Provide mailing instructions. (If payment by direct deposit is desired, complete Item 6 instead.)
Provide information on the bank account where the payment is to be direct-deposited. All persons requesting payment must
sign in Part E of this form. If payment is to be deposited to a bank account in the name of a different person, then that person
or his or her representative, who can authorize such a deposit, must also sign in Part E. For Treasury Bills, Notes, Bonds,
and TIPS held in electronic form, payment of matured securities may be made by direct deposit if only one individual is
entitled to payment.

PART E – SIGNATURES AND CERTIFICATIONS
SIGNATURES – The application must be signed in ink by:

All competent persons listed in Part C, Item 1, and Part D, Item 1.

The legal guardian or similar representative of the estate of any person under legal disability listed in Part C, Item 2, or
Part D, Item 1; and

A parent on behalf of any minor listed in Part C, Item 1, or Part D, Item 1.
CERTIFICATION – Each person whose signature is required must appear before and establish identification to the satisfaction of
an authorized certifying individual. The signatures to the form must be signed in the certifying individual’s presence. The
certifying individual must affix the seal or stamp which is used when certifying requests for payment.
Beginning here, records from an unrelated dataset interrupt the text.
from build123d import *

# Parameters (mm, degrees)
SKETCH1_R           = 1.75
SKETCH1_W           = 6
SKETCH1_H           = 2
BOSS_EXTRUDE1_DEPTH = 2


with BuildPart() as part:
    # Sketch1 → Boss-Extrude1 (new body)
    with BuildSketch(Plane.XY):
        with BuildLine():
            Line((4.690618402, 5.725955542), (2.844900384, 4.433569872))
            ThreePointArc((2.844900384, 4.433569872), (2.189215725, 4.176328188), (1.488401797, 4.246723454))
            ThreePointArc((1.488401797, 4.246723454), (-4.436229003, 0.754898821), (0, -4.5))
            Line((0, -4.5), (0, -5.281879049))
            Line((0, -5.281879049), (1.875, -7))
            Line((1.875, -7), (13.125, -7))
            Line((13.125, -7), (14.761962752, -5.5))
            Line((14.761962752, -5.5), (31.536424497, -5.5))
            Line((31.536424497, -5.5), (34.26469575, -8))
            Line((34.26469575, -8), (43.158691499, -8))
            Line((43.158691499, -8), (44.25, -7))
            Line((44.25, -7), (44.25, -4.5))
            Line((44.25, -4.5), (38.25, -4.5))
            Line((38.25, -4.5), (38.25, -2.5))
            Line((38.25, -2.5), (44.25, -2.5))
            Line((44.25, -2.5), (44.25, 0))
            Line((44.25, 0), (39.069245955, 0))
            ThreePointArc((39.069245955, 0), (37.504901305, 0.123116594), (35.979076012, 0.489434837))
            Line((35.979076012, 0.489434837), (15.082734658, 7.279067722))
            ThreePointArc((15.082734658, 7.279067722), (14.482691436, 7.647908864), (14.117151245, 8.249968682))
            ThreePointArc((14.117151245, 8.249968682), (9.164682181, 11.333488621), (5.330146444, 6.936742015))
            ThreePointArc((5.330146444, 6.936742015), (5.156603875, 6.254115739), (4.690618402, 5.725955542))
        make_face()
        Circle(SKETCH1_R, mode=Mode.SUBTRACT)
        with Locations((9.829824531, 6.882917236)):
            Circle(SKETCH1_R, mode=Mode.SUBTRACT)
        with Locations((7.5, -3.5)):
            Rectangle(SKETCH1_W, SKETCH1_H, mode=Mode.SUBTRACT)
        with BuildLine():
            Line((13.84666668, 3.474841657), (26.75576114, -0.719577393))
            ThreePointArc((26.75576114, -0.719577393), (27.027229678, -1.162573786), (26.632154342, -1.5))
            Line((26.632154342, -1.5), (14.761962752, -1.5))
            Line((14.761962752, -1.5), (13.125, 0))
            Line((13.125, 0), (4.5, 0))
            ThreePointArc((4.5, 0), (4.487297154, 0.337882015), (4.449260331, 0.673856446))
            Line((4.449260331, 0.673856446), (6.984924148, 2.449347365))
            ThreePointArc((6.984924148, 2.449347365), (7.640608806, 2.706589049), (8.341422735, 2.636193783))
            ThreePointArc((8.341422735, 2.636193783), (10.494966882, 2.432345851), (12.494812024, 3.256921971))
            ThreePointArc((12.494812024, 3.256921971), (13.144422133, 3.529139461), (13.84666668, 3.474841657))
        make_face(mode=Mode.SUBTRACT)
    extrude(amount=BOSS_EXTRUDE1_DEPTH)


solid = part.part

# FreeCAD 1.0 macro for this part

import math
import FreeCAD as App
import Part
import Sketcher
Q = App.Units.Quantity


def add_polygon(sketch, points):
    """Adds a closed chain of lines whose ends are joined by coincident constraints."""
    first, n = sketch.GeometryCount, len(points)
    for a, b in zip(points, points[1:] + points[:1]):
        sketch.addGeometry(Part.LineSegment(App.Vector(*a, 0), App.Vector(*b, 0)), False)
    for i in range(n):
        sketch.addConstraint(Sketcher.Constraint("Coincident", first + i, 2, first + (i + 1) % n, 1))

doc = App.newDocument("Part")
body = doc.addObject("PartDesign::Body", "Body")

# Sketch on XY plane
sketch1 = body.newObject("Sketcher::SketchObject", "Sketch")
sketch1.AttachmentSupport = (doc.getObject("XY_Plane"), [""])
sketch1.MapMode = "FlatFace"
sketch1.addGeometry(Part.LineSegment(App.Vector(4.690618, 5.725956, 0), App.Vector(2.8449, 4.43357, 0)), False)  # 0
sketch1.addGeometry(Part.ArcOfCircle(Part.Circle(App.Vector(1.984536, 5.662298, 0), App.Vector(0, 0, 1), 1.5), math.radians(-109.314665), math.radians(-55)), False)  # 1
sketch1.addGeometry(Part.ArcOfCircle(Part.Circle(App.Vector(0, 0, 0), App.Vector(0, 0, 1), 4.5), math.radians(70.685335), math.radians(270)), False)  # 2
sketch1.addGeometry(Part.LineSegment(App.Vector(0, -4.5, 0), App.Vector(0, -5.281879, 0)), False)  # 3
sketch1.addGeometry(Part.LineSegment(App.Vector(0, -5.281879, 0), App.Vector(1.875, -7, 0)), False)  # 4
sketch1.addGeometry(Part.LineSegment(App.Vector(1.875, -7, 0), App.Vector(13.125, -7, 0)), False)  # 5
sketch1.addGeometry(Part.LineSegment(App.Vector(13.125, -7, 0), App.Vector(14.761963, -5.5, 0)), False)  # 6
sketch1.addGeometry(Part.LineSegment(App.Vector(14.761963, -5.5, 0), App.Vector(31.536424, -5.5, 0)), False)  # 7
sketch1.addGeometry(Part.LineSegment(App.Vector(31.536424, -5.5, 0), App.Vector(34.264696, -8, 0)), False)  # 8
sketch1.addGeometry(Part.LineSegment(App.Vector(34.264696, -8, 0), App.Vector(43.158691, -8, 0)), False)  # 9
sketch1.addGeometry(Part.LineSegment(App.Vector(43.158691, -8, 0), App.Vector(44.25, -7, 0)), False)  # 10
sketch1.addGeometry(Part.LineSegment(App.Vector(44.25, -7, 0), App.Vector(44.25, -4.5, 0)), False)  # 11
sketch1.addGeometry(Part.LineSegment(App.Vector(44.25, -4.5, 0), App.Vector(38.25, -4.5, 0)), False)  # 12
sketch1.addGeometry(Part.LineSegment(App.Vector(38.25, -4.5, 0), App.Vector(38.25, -2.5, 0)), False)  # 13
sketch1.addGeometry(Part.LineSegment(App.Vector(38.25, -2.5, 0), App.Vector(44.25, -2.5, 0)), False)  # 14
sketch1.addGeometry(Part.LineSegment(App.Vector(44.25, -2.5, 0), App.Vector(44.25, 0, 0)), False)  # 15
sketch1.addGeometry(Part.LineSegment(App.Vector(44.25, 0, 0), App.Vector(39.069246, 0, 0)), False)  # 16
sketch1.addGeometry(Part.ArcOfCircle(Part.Circle(App.Vector(39.069246, 10, 0), App.Vector(0, 0, 1), 10), math.radians(-108), math.radians(-90)), False)  # 17
sketch1.addGeometry(Part.LineSegment(App.Vector(35.979076, 0.489435, 0), App.Vector(15.082735, 7.279068, 0)), False)  # 18
sketch1.addGeometry(Part.ArcOfCircle(Part.Circle(App.Vector(15.54626, 8.705652, 0), App.Vector(0, 0, 1), 1.5), math.radians(-162.314665), math.radians(-108)), False)  # 19
sketch1.addGeometry(Part.ArcOfCircle(Part.Circle(App.Vector(9.829825, 6.882917, 0), App.Vector(0, 0, 1), 4.5), math.radians(17.685335), math.radians(179.314665)), False)  # 20
sketch1.addGeometry(Part.ArcOfCircle(Part.Circle(App.Vector(3.830254, 6.954684, 0), App.Vector(0, 0, 1), 1.5), math.radians(-55), math.radians(-0.685335)), False)  # 21
add_polygon(sketch1, [(10.5, -4.5), (4.5, -4.5), (4.5, -2.5), (10.5, -2.5)])  # lines 22-25
sketch1.addGeometry(Part.Circle(App.Vector(0, 0, 0), App.Vector(0, 0, 1), 1.75), False)  # 26
sketch1.addGeometry(Part.ArcOfCircle(Part.Circle(App.Vector(13.383141, 2.048257, 0), App.Vector(0, 0, 1), 1.5), math.radians(72), math.radians(126.314665)), False)  # 27
sketch1.addGeometry(Part.LineSegment(App.Vector(13.846667, 3.474842, 0), App.Vector(26.755761, -0.719577, 0)), False)  # 28
sketch1.addGeometry(Part.ArcOfCircle(Part.Circle(App.Vector(26.632154, -1.1, 0), App.Vector(0, 0, 1), 0.4), math.radians(-90), math.radians(72)), False)  # 29
sketch1.addGeometry(Part.LineSegment(App.Vector(26.632154, -1.5, 0), App.Vector(14.761963, -1.5, 0)), False)  # 30
sketch1.addGeometry(Part.LineSegment(App.Vector(14.761963, -1.5, 0), App.Vector(13.125, 0, 0)), False)  # 31
sketch1.addGeometry(Part.LineSegment(App.Vector(13.125, 0, 0), App.Vector(4.5, 0, 0)), False)  # 32
sketch1.addGeometry(Part.ArcOfCircle(Part.Circle(App.Vector(0, 0, 0), App.Vector(0, 0, 1), 4.5), math.radians(0), math.radians(8.6122)), False)  # 33
sketch1.addGeometry(Part.LineSegment(App.Vector(4.44926, 0.673856, 0), App.Vector(6.984924, 2.449347, 0)), False)  # 34
sketch1.addGeometry(Part.ArcOfCircle(Part.Circle(App.Vector(7.845289, 1.220619, 0), App.Vector(0, 0, 1), 1.5), math.radians(70.685335), math.radians(125)), False)  # 35
sketch1.addGeometry(Part.ArcOfCircle(Part.Circle(App.Vector(9.829825, 6.882917, 0), App.Vector(0, 0, 1), 4.5), math.radians(-109.314665), math.radians(-53.685335)), False)  # 36
sketch1.addGeometry(Part.Circle(App.Vector(9.829825, 6.882917, 0), App.Vector(0, 0, 1), 1.75), False)  # 37
sketch1.addConstraint(Sketcher.Constraint("Tangent", 0, 2, 1, 2))
sketch1.addConstraint(Sketcher.Constraint("Tangent", 1, 1, 2, 1))
sketch1.addConstraint(Sketcher.Constraint("Coincident", 2, 2, 3, 1))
Authorized certifying
individuals are available at most banking institutions, including credit unions.
ADDITIONAL EVIDENCE – The Commissioner of the Public Debt, as designee of the Secretary of the Treasury, reserves the
right in any particular case to require the submission of additional evidence.
RETURN OF EVIDENCE – If you want the evidence submitted with this form to be returned to you, please provide a written
request when you submit the form and evidence.
WHERE TO SEND – Send this form, all securities and/or related checks, and any necessary evidence to the Department of the
Treasury, Bureau of the Public Debt, using the appropriate address below.





H or HH Savings Bonds: PO Box 2186, Parkersburg, WV 26106-2186
E, EE, or I Savings Bonds–paper: PO Box 7012, Parkersburg, WV 26106-7012
E, EE, or I Savings Bonds–electronic: PO Box 7015, Parkersburg, WV 26106-7015
Treasury Bills, Notes, Bonds, or TIPS: PO Box 426, Parkersburg, WV 26106-0426

NOTICE UNDER PRIVACY ACT AND PAPERWORK REDUCTION ACT

The collection of the information you are requested to provide on this form is authorized by 31 U.S.C. CH. 31 relating to the public debt of
the United States. The furnishing of a Social Security Number, if requested, is also required by Section 6109 of the Internal Revenue
Code (26 U.S.C. 6109).
The purpose of requesting the information is to enable the Bureau of the Public Debt and its agents to issue securities, process
transactions, make payments, identify owners and their accounts, and provide reports to the Internal Revenue Service. Furnishing the
information is voluntary; however, without the information Public Debt may be unable to process transactions.
Information concerning securities holdings and transactions is considered confidential under Treasury regulations (31 CFR, Part 323)
and the Privacy Act. This information may be disclosed to a law enforcement agency for investigation purposes; courts and counsel for
litigation purposes; others entitled to distribution or payment; agents and contractors to administer the public debt; agencies or entities for
debt collection or to obtain current addresses for payment; agencies through approved computer matches; Congressional offices in
response to an inquiry by the individual to whom the record pertains; as otherwise authorized by law or regulation.
We estimate it will take you about 30 minutes to complete this form. However, you are not required to provide information requested
unless a valid OMB control number is displayed on the form. Any comments or suggestions regarding this form should be sent to the
Bureau of the Public Debt, Forms Management Officer, Parkersburg, WV 26106-1328. DO NOT SEND your completed form to this
address; send it to the appropriate address in "WHERE TO SEND" in the Instructions.